══ Record extracts
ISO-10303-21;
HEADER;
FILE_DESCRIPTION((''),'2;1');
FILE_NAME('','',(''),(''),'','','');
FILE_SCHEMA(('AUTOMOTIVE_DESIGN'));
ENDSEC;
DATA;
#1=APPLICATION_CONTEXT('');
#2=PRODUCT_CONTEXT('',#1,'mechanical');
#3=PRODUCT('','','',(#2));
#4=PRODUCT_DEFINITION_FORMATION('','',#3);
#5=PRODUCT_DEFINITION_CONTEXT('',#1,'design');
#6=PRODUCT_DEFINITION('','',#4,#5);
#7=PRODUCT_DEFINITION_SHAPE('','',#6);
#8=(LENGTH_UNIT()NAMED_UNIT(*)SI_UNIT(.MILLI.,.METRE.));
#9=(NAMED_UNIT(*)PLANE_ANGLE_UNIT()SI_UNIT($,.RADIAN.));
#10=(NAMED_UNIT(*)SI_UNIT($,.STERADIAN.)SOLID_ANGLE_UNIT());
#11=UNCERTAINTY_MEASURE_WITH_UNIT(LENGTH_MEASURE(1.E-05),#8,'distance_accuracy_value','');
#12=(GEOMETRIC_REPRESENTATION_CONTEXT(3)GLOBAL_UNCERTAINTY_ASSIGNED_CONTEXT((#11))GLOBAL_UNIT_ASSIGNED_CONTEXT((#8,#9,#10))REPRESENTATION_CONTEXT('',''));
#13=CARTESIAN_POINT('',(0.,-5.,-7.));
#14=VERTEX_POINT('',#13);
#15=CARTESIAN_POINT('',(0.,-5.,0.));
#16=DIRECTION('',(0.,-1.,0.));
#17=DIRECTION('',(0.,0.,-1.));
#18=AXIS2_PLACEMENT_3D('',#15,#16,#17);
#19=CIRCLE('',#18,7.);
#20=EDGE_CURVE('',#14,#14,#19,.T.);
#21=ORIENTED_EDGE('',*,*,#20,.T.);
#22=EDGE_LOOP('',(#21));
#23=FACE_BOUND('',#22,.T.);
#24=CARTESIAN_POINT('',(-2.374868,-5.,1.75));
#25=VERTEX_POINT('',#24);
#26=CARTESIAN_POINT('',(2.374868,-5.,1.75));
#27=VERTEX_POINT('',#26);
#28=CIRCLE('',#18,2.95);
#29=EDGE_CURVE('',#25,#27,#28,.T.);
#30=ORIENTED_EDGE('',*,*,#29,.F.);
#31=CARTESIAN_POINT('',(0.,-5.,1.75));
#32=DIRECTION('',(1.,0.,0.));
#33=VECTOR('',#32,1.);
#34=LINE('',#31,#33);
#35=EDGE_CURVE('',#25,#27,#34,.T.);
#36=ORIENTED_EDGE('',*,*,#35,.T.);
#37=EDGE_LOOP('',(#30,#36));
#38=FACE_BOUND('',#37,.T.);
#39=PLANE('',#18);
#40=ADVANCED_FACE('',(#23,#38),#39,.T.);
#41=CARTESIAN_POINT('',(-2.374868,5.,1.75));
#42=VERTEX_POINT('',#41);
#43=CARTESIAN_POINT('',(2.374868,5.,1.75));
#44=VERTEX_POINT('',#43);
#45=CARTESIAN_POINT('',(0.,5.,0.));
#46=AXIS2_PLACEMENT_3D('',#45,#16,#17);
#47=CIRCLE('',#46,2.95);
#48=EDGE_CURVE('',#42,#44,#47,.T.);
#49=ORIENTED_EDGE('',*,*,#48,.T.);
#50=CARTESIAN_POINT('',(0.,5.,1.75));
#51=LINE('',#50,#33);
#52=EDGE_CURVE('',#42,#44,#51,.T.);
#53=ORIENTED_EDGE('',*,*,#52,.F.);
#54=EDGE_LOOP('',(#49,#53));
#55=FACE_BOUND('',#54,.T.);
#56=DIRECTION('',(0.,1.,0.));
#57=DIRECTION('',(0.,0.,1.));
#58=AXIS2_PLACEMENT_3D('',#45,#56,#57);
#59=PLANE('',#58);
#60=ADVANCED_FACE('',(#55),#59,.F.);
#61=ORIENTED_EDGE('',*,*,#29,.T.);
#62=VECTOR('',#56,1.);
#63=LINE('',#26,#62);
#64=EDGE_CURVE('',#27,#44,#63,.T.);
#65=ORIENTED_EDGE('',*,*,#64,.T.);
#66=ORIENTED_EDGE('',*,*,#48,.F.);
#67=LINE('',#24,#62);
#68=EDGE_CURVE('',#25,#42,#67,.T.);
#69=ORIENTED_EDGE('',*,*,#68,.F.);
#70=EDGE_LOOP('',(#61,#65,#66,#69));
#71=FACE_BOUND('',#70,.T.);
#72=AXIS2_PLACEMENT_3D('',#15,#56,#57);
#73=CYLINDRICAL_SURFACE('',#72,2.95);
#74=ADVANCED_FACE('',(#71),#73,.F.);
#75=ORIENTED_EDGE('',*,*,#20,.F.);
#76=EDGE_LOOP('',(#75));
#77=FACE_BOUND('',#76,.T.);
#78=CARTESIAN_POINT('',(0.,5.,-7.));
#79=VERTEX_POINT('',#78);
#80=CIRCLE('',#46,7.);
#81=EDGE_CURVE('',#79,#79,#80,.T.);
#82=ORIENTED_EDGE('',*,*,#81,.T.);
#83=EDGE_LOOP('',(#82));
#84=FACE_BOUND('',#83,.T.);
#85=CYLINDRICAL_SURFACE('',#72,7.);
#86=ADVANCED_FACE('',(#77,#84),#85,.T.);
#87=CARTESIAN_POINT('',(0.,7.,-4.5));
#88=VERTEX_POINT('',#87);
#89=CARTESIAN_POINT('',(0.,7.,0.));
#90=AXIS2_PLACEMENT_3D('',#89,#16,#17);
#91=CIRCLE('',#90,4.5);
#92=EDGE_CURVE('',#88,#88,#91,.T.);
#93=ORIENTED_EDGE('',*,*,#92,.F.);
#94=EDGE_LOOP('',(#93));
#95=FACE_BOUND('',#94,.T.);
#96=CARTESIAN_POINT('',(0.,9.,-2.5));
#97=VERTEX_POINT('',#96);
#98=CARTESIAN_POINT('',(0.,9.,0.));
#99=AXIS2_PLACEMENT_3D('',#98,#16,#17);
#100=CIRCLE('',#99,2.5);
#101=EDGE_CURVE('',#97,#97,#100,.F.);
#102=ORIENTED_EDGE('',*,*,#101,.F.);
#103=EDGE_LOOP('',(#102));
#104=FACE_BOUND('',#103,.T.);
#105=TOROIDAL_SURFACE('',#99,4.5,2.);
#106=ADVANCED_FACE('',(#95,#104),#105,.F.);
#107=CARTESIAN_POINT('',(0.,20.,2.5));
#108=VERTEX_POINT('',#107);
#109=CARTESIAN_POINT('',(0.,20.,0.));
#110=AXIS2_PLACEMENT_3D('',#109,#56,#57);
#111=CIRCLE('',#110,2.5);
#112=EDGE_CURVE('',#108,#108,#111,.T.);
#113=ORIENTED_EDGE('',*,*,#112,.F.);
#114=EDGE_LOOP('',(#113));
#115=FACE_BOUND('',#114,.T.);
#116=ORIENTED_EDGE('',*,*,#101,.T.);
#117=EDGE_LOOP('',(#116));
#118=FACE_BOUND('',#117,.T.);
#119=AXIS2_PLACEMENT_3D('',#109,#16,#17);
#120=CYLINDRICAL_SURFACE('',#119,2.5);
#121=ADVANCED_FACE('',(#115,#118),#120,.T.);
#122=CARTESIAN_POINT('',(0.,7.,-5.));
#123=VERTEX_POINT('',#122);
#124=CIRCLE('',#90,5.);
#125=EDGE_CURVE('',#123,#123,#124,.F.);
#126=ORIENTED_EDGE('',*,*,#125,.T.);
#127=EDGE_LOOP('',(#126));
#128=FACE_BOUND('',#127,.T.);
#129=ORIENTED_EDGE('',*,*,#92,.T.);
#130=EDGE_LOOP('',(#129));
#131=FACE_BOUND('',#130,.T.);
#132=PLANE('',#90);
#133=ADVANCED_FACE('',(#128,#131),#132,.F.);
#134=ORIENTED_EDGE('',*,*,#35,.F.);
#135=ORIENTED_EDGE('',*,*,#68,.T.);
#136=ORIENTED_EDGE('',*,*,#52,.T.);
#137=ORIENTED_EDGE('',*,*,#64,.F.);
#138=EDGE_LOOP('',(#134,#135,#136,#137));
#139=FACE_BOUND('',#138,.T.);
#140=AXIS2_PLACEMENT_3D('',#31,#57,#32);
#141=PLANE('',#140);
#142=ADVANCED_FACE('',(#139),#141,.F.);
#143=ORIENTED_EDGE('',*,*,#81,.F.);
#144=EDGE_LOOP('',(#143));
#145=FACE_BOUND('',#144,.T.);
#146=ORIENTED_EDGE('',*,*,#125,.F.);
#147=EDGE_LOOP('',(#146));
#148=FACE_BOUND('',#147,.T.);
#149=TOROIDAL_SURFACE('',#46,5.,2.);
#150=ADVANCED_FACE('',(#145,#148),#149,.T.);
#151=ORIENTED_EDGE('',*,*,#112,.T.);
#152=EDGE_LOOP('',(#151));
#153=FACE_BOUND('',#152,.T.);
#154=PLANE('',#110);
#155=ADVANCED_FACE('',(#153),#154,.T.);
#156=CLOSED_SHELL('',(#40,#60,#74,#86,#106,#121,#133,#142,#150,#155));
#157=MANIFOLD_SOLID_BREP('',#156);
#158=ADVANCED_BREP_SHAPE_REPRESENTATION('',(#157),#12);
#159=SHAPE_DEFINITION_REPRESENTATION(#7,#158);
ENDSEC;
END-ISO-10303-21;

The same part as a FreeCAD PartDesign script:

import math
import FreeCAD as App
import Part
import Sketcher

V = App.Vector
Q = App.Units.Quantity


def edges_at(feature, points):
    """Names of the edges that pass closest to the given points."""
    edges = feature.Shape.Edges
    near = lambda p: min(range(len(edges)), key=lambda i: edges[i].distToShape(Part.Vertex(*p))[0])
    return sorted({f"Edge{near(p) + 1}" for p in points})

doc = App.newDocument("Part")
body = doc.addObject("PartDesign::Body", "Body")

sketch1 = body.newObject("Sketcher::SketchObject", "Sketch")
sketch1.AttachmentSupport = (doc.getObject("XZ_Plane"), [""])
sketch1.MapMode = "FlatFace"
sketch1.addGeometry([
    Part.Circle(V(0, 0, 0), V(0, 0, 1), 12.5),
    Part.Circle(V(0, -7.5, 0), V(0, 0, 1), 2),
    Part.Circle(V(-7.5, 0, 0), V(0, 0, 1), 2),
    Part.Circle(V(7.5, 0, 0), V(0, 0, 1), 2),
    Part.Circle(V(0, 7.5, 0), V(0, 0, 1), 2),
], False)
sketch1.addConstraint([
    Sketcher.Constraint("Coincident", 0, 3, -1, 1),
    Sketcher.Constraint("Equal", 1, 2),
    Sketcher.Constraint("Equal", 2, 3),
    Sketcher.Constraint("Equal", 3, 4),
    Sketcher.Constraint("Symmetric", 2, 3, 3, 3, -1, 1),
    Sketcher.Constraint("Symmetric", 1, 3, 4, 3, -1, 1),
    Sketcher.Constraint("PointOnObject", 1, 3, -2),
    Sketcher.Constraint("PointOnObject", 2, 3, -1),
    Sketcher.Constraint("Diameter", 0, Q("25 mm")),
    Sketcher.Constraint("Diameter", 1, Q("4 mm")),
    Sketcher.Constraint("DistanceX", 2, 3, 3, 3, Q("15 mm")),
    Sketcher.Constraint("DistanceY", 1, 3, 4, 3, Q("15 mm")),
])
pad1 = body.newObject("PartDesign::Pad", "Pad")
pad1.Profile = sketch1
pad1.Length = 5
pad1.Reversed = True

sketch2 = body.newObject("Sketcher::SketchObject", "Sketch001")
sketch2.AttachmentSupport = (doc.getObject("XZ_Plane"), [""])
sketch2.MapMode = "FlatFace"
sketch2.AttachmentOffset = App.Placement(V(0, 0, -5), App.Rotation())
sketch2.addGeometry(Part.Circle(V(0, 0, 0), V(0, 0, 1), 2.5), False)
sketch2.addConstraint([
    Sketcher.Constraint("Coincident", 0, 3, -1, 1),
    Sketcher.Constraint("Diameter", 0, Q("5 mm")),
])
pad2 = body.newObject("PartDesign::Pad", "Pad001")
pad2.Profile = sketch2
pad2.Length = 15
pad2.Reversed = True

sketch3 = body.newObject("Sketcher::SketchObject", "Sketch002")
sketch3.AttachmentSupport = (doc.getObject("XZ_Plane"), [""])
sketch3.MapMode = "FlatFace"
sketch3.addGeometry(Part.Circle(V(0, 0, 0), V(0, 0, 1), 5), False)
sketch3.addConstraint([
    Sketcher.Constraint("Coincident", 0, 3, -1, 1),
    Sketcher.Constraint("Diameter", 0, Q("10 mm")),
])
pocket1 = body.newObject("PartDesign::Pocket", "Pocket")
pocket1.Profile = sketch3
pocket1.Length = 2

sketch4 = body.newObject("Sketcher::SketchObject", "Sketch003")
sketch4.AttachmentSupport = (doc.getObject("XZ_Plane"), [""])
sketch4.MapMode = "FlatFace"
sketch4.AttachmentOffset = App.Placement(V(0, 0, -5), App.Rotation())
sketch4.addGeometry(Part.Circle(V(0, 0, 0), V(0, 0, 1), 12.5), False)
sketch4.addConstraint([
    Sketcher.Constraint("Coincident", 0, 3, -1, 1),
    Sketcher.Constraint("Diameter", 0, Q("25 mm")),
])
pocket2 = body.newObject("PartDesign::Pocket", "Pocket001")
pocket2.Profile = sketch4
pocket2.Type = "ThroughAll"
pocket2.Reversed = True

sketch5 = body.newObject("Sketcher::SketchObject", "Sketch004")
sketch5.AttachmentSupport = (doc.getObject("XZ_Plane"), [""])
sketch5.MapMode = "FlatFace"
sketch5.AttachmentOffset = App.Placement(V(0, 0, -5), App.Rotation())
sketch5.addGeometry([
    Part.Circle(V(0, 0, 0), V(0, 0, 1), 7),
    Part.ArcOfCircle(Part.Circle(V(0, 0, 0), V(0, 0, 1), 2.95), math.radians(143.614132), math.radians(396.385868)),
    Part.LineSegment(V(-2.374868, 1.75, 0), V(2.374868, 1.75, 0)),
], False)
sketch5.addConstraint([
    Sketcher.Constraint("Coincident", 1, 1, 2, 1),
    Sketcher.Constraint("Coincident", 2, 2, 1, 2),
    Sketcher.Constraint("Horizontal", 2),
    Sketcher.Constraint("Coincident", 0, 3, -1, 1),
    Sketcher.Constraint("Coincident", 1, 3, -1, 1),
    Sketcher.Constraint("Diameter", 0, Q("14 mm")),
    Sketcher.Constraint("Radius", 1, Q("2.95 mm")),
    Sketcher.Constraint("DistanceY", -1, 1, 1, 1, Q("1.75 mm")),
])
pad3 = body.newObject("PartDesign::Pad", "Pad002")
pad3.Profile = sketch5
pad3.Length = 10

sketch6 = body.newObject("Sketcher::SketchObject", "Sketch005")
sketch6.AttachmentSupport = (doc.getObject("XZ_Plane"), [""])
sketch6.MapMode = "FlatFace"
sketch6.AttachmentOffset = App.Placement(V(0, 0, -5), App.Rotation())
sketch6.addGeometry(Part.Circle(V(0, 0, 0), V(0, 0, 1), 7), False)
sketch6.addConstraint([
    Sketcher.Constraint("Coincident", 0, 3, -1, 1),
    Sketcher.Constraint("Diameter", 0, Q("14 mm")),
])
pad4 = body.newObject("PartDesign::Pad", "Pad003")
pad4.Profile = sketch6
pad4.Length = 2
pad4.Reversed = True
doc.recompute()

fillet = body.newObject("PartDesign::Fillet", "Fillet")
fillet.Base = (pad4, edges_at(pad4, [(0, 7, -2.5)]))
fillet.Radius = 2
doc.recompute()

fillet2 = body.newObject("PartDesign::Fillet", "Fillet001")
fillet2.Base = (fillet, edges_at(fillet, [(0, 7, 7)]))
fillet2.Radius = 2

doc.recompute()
════
══ Record extracts
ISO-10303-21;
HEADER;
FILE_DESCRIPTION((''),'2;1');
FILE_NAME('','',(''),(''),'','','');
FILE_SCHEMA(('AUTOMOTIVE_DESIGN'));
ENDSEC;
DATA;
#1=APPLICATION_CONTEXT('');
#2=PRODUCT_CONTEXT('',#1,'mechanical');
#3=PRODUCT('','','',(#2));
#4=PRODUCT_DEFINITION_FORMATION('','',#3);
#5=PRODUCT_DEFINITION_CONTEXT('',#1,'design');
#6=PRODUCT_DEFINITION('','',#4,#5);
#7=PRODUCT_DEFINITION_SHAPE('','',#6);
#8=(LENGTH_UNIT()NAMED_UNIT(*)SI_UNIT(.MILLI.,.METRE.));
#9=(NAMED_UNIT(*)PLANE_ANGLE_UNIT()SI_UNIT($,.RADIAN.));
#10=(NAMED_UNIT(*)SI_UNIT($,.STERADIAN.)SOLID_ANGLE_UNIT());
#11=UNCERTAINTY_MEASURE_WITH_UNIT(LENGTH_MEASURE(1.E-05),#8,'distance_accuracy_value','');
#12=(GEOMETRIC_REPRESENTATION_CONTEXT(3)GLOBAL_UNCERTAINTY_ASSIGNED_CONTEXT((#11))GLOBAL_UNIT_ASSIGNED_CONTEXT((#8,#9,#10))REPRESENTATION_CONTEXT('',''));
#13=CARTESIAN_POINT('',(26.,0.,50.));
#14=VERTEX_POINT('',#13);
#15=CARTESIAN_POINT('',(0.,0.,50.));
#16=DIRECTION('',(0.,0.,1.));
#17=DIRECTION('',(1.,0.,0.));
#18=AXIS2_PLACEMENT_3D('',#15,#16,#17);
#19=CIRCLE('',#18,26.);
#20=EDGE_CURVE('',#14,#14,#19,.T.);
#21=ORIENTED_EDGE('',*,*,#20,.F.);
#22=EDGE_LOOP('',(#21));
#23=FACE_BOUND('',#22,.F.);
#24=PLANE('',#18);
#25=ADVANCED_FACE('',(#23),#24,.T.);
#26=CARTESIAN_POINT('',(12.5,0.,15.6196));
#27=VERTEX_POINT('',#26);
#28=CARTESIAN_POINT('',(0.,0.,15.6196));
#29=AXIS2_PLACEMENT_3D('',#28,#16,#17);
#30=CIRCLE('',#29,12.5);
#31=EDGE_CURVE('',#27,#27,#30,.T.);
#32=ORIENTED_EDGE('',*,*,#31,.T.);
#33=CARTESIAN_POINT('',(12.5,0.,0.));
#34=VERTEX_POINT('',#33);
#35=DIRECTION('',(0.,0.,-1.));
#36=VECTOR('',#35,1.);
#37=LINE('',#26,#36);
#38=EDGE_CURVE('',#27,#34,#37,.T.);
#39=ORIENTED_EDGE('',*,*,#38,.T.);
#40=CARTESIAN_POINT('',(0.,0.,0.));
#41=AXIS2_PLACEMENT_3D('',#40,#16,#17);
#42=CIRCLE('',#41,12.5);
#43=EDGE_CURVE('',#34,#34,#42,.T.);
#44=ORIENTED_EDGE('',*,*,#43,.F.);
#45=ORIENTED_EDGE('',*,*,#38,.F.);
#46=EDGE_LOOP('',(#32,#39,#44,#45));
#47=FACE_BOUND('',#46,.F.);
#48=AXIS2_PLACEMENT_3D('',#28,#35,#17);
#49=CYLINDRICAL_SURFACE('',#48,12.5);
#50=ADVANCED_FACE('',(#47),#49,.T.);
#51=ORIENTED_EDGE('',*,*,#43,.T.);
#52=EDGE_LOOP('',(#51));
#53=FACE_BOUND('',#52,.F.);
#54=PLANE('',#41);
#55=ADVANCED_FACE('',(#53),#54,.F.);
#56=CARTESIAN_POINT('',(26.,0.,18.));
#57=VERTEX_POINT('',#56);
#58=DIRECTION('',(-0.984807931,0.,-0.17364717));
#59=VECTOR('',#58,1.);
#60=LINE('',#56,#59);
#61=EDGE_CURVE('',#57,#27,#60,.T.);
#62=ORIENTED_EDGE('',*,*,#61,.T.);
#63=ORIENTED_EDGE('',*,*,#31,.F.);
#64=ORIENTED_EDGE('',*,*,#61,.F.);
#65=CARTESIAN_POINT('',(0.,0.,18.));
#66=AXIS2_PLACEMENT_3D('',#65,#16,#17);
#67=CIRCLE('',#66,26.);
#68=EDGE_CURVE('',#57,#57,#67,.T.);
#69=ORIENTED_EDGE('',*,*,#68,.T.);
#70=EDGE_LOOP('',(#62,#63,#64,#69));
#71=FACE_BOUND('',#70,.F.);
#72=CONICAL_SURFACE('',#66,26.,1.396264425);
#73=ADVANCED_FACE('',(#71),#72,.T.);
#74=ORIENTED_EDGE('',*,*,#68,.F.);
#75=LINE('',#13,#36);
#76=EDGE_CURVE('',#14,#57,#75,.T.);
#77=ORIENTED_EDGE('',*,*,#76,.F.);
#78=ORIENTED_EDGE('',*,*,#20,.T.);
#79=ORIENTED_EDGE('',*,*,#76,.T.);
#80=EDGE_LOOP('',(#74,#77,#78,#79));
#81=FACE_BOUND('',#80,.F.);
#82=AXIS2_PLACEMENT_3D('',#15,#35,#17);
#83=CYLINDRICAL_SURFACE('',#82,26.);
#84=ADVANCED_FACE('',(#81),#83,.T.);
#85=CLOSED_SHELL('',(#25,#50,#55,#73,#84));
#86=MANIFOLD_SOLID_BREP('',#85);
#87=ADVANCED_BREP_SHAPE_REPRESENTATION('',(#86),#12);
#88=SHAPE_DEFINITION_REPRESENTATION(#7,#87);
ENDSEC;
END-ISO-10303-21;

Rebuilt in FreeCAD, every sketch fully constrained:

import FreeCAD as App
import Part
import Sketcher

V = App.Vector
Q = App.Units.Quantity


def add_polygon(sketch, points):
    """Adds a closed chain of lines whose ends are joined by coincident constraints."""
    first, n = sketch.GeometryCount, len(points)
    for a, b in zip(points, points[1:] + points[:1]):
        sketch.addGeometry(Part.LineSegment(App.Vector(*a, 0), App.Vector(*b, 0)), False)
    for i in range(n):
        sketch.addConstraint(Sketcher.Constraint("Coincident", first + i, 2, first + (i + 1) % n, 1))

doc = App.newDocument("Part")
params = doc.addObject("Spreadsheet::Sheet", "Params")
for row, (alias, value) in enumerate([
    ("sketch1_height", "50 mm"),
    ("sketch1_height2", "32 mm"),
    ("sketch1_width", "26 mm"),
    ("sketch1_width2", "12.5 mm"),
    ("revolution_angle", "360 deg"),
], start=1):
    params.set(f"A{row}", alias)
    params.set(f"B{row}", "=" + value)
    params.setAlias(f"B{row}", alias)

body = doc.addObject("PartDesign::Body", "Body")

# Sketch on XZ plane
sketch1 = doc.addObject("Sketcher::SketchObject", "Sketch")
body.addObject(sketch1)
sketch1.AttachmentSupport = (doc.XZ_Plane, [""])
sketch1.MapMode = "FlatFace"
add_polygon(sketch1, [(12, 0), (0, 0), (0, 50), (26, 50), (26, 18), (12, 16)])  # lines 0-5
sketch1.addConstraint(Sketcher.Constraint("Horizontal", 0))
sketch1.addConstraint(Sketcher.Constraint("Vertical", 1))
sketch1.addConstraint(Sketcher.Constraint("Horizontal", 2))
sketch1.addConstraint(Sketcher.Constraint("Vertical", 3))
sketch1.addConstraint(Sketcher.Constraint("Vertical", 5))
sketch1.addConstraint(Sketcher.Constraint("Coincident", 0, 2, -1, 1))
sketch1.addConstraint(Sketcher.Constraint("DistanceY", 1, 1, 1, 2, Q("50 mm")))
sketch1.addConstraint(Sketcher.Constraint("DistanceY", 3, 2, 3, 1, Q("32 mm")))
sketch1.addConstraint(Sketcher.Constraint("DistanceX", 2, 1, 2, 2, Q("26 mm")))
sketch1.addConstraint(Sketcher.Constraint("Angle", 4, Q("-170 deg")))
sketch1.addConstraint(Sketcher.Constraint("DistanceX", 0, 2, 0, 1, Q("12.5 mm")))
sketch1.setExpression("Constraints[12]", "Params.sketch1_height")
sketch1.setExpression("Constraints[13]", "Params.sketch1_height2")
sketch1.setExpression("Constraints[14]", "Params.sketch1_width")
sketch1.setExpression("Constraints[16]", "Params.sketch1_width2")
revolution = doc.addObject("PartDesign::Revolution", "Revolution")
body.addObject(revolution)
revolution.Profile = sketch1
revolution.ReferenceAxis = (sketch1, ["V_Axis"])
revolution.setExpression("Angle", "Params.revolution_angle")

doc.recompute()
════
(What you will do):
Using the data above, print exactly the lines from the line that contains "#42=VERTEX_POINT('',#41);" through the line that contains "#72=AXIS2_PLACEMENT_3D('',#15,#56,#57);", with both included.

(Response):
#42=VERTEX_POINT('',#41);
#43=CARTESIAN_POINT('',(2.374868,5.,1.75));
#44=VERTEX_POINT('',#43);
#45=CARTESIAN_POINT('',(0.,5.,0.));
#46=AXIS2_PLACEMENT_3D('',#45,#16,#17);
#47=CIRCLE('',#46,2.95);
#48=EDGE_CURVE('',#42,#44,#47,.T.);
#49=ORIENTED_EDGE('',*,*,#48,.T.);
#50=CARTESIAN_POINT('',(0.,5.,1.75));
#51=LINE('',#50,#33);
#52=EDGE_CURVE('',#42,#44,#51,.T.);
#53=ORIENTED_EDGE('',*,*,#52,.F.);
#54=EDGE_LOOP('',(#49,#53));
#55=FACE_BOUND('',#54,.T.);
#56=DIRECTION('',(0.,1.,0.));
#57=DIRECTION('',(0.,0.,1.));
#58=AXIS2_PLACEMENT_3D('',#45,#56,#57);
#59=PLANE('',#58);
#60=ADVANCED_FACE('',(#55),#59,.F.);
#61=ORIENTED_EDGE('',*,*,#29,.T.);
#62=VECTOR('',#56,1.);
#63=LINE('',#26,#62);
#64=EDGE_CURVE('',#27,#44,#63,.T.);
#65=ORIENTED_EDGE('',*,*,#64,.T.);
#66=ORIENTED_EDGE('',*,*,#48,.F.);
#67=LINE('',#24,#62);
#68=EDGE_CURVE('',#25,#42,#67,.T.);
#69=ORIENTED_EDGE('',*,*,#68,.F.);
#70=EDGE_LOOP('',(#61,#65,#66,#69));
#71=FACE_BOUND('',#70,.T.);
#72=AXIS2_PLACEMENT_3D('',#15,#56,#57);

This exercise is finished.